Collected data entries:
━━━━━━━━━━━━━━━━

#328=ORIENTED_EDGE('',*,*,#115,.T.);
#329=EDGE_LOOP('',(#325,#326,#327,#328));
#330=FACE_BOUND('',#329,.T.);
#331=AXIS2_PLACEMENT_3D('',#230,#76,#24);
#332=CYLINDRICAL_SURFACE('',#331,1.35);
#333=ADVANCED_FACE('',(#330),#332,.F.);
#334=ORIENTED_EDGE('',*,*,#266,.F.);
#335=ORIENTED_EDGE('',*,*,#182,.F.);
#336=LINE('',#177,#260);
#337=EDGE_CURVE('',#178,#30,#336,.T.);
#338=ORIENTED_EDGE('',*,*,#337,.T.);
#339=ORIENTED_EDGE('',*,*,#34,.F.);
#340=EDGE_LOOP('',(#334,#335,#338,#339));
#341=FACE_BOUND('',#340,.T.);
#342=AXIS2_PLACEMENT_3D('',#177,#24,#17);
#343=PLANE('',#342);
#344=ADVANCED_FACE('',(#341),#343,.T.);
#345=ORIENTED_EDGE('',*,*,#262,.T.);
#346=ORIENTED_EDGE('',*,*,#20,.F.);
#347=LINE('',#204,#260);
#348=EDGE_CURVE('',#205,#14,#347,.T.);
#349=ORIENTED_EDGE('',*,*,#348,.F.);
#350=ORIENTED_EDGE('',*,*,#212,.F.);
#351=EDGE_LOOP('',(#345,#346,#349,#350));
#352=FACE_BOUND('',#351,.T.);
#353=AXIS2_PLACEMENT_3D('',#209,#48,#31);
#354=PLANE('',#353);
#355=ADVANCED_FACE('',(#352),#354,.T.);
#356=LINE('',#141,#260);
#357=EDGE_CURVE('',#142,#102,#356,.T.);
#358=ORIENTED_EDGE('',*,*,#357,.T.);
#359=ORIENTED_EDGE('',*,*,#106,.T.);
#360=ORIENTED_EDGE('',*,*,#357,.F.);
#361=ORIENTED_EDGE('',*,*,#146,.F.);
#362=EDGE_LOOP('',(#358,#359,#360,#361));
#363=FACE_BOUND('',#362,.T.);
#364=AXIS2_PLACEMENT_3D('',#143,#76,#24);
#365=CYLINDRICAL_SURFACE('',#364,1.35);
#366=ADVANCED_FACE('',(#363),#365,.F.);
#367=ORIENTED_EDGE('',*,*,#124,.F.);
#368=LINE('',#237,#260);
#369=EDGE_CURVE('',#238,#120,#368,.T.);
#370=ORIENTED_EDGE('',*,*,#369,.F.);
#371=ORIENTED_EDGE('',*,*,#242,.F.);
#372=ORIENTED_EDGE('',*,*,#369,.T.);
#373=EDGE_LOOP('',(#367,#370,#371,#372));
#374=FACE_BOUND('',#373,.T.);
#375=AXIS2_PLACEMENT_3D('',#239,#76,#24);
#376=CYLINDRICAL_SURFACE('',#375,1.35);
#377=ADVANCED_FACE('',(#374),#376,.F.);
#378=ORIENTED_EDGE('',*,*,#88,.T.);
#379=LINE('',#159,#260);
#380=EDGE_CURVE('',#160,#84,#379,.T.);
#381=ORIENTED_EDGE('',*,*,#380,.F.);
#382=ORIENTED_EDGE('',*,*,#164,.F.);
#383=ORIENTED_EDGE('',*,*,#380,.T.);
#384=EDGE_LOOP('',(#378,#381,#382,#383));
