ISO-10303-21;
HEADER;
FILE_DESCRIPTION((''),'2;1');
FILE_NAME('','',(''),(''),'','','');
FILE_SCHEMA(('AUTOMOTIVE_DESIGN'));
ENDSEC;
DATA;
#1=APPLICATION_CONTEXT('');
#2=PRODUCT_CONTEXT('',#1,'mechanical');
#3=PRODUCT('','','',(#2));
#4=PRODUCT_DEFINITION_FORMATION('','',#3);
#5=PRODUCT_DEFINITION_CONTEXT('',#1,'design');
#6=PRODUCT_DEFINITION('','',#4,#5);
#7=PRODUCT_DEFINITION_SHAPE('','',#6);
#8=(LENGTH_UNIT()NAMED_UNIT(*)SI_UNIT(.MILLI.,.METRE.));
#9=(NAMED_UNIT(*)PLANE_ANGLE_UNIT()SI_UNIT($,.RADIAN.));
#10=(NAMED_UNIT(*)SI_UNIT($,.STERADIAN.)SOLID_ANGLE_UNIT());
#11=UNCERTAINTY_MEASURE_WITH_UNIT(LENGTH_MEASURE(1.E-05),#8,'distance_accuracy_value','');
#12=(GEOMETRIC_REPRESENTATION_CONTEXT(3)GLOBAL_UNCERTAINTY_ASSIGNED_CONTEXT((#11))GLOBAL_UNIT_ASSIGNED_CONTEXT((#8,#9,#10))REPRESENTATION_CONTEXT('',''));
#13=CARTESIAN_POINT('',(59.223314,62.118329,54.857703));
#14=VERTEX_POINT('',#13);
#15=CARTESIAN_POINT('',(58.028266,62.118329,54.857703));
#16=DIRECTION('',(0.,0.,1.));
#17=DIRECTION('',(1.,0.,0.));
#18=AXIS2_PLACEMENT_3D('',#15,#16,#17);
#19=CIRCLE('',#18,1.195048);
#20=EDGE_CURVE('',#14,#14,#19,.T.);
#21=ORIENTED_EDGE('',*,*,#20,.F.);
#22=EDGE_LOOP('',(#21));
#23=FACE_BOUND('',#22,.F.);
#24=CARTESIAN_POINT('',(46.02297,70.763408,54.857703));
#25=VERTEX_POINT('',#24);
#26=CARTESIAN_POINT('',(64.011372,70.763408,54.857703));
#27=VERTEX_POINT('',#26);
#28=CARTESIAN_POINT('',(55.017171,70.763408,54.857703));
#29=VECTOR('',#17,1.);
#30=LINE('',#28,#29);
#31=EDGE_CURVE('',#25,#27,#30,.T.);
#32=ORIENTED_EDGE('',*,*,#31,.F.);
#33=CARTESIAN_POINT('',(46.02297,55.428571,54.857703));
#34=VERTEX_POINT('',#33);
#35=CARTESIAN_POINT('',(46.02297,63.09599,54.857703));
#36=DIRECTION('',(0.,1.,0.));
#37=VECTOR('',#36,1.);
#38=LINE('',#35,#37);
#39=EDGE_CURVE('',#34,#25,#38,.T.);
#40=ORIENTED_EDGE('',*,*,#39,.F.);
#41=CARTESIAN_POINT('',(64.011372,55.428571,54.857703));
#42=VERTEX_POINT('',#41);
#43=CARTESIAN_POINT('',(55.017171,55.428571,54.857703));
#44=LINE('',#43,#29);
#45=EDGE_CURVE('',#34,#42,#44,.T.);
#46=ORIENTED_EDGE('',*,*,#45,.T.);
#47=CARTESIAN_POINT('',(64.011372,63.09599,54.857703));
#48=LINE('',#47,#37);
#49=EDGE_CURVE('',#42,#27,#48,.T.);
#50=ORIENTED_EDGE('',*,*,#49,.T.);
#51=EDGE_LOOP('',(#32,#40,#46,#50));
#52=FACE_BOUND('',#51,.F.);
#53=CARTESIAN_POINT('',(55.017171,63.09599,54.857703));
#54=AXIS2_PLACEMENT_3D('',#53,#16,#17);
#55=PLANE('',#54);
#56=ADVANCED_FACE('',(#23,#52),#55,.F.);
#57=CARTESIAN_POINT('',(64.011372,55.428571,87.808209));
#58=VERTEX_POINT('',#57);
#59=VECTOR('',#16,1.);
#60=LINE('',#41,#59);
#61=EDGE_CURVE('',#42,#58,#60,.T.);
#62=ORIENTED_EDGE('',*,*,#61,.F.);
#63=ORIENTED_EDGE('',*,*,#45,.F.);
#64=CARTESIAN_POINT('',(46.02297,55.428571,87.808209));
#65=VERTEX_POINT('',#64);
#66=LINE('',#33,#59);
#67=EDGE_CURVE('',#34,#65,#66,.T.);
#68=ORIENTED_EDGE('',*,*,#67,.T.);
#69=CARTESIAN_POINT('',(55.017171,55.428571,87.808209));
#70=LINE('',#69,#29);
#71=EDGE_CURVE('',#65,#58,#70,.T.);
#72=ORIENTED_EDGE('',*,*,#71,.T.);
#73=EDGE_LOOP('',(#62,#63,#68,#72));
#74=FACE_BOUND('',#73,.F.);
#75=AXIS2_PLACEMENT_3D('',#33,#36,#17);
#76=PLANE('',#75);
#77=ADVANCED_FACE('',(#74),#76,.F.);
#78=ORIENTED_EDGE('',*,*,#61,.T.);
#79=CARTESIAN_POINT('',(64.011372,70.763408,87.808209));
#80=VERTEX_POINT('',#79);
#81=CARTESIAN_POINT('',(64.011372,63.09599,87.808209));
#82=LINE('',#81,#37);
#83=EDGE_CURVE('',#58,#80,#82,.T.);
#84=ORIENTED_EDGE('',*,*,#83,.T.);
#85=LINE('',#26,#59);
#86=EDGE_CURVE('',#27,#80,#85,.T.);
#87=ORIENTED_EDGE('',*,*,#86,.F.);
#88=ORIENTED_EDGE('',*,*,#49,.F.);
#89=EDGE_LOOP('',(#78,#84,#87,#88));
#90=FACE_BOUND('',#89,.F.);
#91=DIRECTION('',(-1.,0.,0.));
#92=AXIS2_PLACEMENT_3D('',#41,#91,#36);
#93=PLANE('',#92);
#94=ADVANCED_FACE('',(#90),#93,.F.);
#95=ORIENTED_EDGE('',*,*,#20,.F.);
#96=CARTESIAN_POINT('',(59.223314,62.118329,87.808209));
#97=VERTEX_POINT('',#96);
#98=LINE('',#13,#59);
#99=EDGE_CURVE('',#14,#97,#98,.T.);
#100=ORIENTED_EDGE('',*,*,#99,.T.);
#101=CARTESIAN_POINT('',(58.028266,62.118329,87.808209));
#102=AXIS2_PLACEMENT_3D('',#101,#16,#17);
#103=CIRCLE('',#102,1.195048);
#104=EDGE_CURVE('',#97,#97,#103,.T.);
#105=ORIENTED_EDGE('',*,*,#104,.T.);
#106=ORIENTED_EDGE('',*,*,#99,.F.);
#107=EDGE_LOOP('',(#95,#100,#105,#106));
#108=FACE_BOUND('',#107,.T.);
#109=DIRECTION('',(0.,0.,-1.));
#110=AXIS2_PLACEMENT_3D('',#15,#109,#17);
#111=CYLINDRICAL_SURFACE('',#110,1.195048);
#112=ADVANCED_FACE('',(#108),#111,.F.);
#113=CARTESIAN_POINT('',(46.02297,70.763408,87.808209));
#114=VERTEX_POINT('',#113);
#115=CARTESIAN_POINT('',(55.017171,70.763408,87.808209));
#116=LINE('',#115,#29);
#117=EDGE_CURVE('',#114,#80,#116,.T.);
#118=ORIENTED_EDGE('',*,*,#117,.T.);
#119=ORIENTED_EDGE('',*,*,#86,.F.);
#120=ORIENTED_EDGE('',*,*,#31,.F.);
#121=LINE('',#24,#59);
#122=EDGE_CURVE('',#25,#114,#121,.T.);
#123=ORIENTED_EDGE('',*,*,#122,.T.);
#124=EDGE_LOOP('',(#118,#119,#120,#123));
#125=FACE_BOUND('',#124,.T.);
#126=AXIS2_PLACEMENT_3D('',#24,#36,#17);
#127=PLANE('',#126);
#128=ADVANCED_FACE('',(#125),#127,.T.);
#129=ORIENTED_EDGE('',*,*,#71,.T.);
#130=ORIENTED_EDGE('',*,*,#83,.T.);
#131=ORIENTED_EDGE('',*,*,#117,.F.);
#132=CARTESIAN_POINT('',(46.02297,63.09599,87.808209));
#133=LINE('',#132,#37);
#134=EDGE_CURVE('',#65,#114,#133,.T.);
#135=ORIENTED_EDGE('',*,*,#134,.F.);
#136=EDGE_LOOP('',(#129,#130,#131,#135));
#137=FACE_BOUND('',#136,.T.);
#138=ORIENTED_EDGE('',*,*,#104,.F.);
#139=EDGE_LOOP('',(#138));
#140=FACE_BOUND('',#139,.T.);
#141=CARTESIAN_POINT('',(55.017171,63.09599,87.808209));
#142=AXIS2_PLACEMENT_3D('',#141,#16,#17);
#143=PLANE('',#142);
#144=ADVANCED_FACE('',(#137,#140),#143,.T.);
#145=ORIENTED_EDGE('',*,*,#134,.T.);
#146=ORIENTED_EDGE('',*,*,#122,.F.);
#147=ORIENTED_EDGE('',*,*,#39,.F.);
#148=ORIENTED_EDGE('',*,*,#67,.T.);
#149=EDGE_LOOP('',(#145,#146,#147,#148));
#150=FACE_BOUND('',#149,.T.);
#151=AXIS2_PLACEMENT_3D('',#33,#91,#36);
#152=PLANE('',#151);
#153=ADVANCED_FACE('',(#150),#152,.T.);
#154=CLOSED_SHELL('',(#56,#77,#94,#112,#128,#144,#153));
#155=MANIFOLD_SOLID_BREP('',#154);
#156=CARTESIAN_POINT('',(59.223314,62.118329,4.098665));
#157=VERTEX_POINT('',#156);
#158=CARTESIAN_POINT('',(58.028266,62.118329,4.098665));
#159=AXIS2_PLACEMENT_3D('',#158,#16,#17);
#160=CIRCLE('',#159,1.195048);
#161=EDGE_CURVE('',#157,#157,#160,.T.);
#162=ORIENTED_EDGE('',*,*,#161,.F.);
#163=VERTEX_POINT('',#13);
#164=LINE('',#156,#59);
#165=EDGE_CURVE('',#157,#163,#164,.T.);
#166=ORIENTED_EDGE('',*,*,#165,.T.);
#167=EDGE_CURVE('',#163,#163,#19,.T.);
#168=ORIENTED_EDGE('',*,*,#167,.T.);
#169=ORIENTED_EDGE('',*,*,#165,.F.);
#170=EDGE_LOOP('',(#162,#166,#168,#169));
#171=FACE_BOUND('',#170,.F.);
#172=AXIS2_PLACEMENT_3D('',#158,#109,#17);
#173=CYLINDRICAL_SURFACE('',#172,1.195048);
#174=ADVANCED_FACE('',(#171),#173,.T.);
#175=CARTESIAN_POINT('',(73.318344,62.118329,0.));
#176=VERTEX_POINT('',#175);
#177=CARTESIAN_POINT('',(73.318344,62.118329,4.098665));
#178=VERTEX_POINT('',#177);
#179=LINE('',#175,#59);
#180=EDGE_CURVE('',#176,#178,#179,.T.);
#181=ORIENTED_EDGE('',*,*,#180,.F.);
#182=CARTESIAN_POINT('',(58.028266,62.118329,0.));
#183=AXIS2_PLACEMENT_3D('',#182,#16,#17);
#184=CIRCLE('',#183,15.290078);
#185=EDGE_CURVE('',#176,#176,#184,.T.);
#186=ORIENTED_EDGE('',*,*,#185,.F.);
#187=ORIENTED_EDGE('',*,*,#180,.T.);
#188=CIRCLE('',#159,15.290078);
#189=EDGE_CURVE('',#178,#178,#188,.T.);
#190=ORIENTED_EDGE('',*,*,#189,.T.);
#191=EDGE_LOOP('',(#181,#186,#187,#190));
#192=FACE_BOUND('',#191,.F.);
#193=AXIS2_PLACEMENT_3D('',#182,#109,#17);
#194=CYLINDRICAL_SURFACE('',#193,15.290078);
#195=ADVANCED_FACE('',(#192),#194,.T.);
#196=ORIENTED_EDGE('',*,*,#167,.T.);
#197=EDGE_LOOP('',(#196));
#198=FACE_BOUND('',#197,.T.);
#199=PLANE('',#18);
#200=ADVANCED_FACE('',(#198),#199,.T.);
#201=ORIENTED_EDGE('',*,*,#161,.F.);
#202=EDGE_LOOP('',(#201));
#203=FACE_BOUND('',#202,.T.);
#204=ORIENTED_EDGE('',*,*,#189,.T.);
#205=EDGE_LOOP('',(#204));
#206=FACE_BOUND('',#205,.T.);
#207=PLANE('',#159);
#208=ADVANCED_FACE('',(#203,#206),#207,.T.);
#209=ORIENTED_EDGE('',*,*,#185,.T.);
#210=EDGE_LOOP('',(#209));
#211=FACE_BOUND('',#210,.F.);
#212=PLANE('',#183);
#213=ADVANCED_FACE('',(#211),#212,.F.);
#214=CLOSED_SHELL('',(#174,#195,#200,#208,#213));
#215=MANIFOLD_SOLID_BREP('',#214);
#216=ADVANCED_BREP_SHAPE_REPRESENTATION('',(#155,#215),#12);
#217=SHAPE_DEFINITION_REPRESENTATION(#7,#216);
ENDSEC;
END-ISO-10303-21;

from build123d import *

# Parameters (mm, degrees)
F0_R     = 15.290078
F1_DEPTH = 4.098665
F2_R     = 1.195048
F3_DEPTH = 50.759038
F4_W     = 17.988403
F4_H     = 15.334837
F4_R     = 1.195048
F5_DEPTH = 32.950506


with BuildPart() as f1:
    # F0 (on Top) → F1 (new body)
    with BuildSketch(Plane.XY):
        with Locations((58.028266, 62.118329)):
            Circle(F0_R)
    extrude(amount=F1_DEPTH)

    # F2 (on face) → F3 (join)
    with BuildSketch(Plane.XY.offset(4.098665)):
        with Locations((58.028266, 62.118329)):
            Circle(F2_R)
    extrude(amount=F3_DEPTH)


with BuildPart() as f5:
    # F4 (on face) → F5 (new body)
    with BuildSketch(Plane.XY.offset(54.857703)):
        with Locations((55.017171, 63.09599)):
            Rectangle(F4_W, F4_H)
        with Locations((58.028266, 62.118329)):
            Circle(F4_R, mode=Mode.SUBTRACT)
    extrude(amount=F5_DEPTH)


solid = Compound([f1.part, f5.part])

━━━━━━━━━━━━━━━━

Prompt: Please transcribe exactly the lines above from the line that has "#195=ADVANCED_FACE('',(#192),#194,.T.);" up to and including the line that has "END-ISO-10303-21;"; no other line belongs in the answer.

Finished exercise:
#195=ADVANCED_FACE('',(#192),#194,.T.);
#196=ORIENTED_EDGE('',*,*,#167,.T.);
#197=EDGE_LOOP('',(#196));
#198=FACE_BOUND('',#197,.T.);
#199=PLANE('',#18);
#200=ADVANCED_FACE('',(#198),#199,.T.);
#201=ORIENTED_EDGE('',*,*,#161,.F.);
#202=EDGE_LOOP('',(#201));
#203=FACE_BOUND('',#202,.T.);
#204=ORIENTED_EDGE('',*,*,#189,.T.);
#205=EDGE_LOOP('',(#204));
#206=FACE_BOUND('',#205,.T.);
#207=PLANE('',#159);
#208=ADVANCED_FACE('',(#203,#206),#207,.T.);
#209=ORIENTED_EDGE('',*,*,#185,.T.);
#210=EDGE_LOOP('',(#209));
#211=FACE_BOUND('',#210,.F.);
#212=PLANE('',#183);
#213=ADVANCED_FACE('',(#211),#212,.F.);
#214=CLOSED_SHELL('',(#174,#195,#200,#208,#213));
#215=MANIFOLD_SOLID_BREP('',#214);
#216=ADVANCED_BREP_SHAPE_REPRESENTATION('',(#155,#215),#12);
#217=SHAPE_DEFINITION_REPRESENTATION(#7,#216);
ENDSEC;
END-ISO-10303-21;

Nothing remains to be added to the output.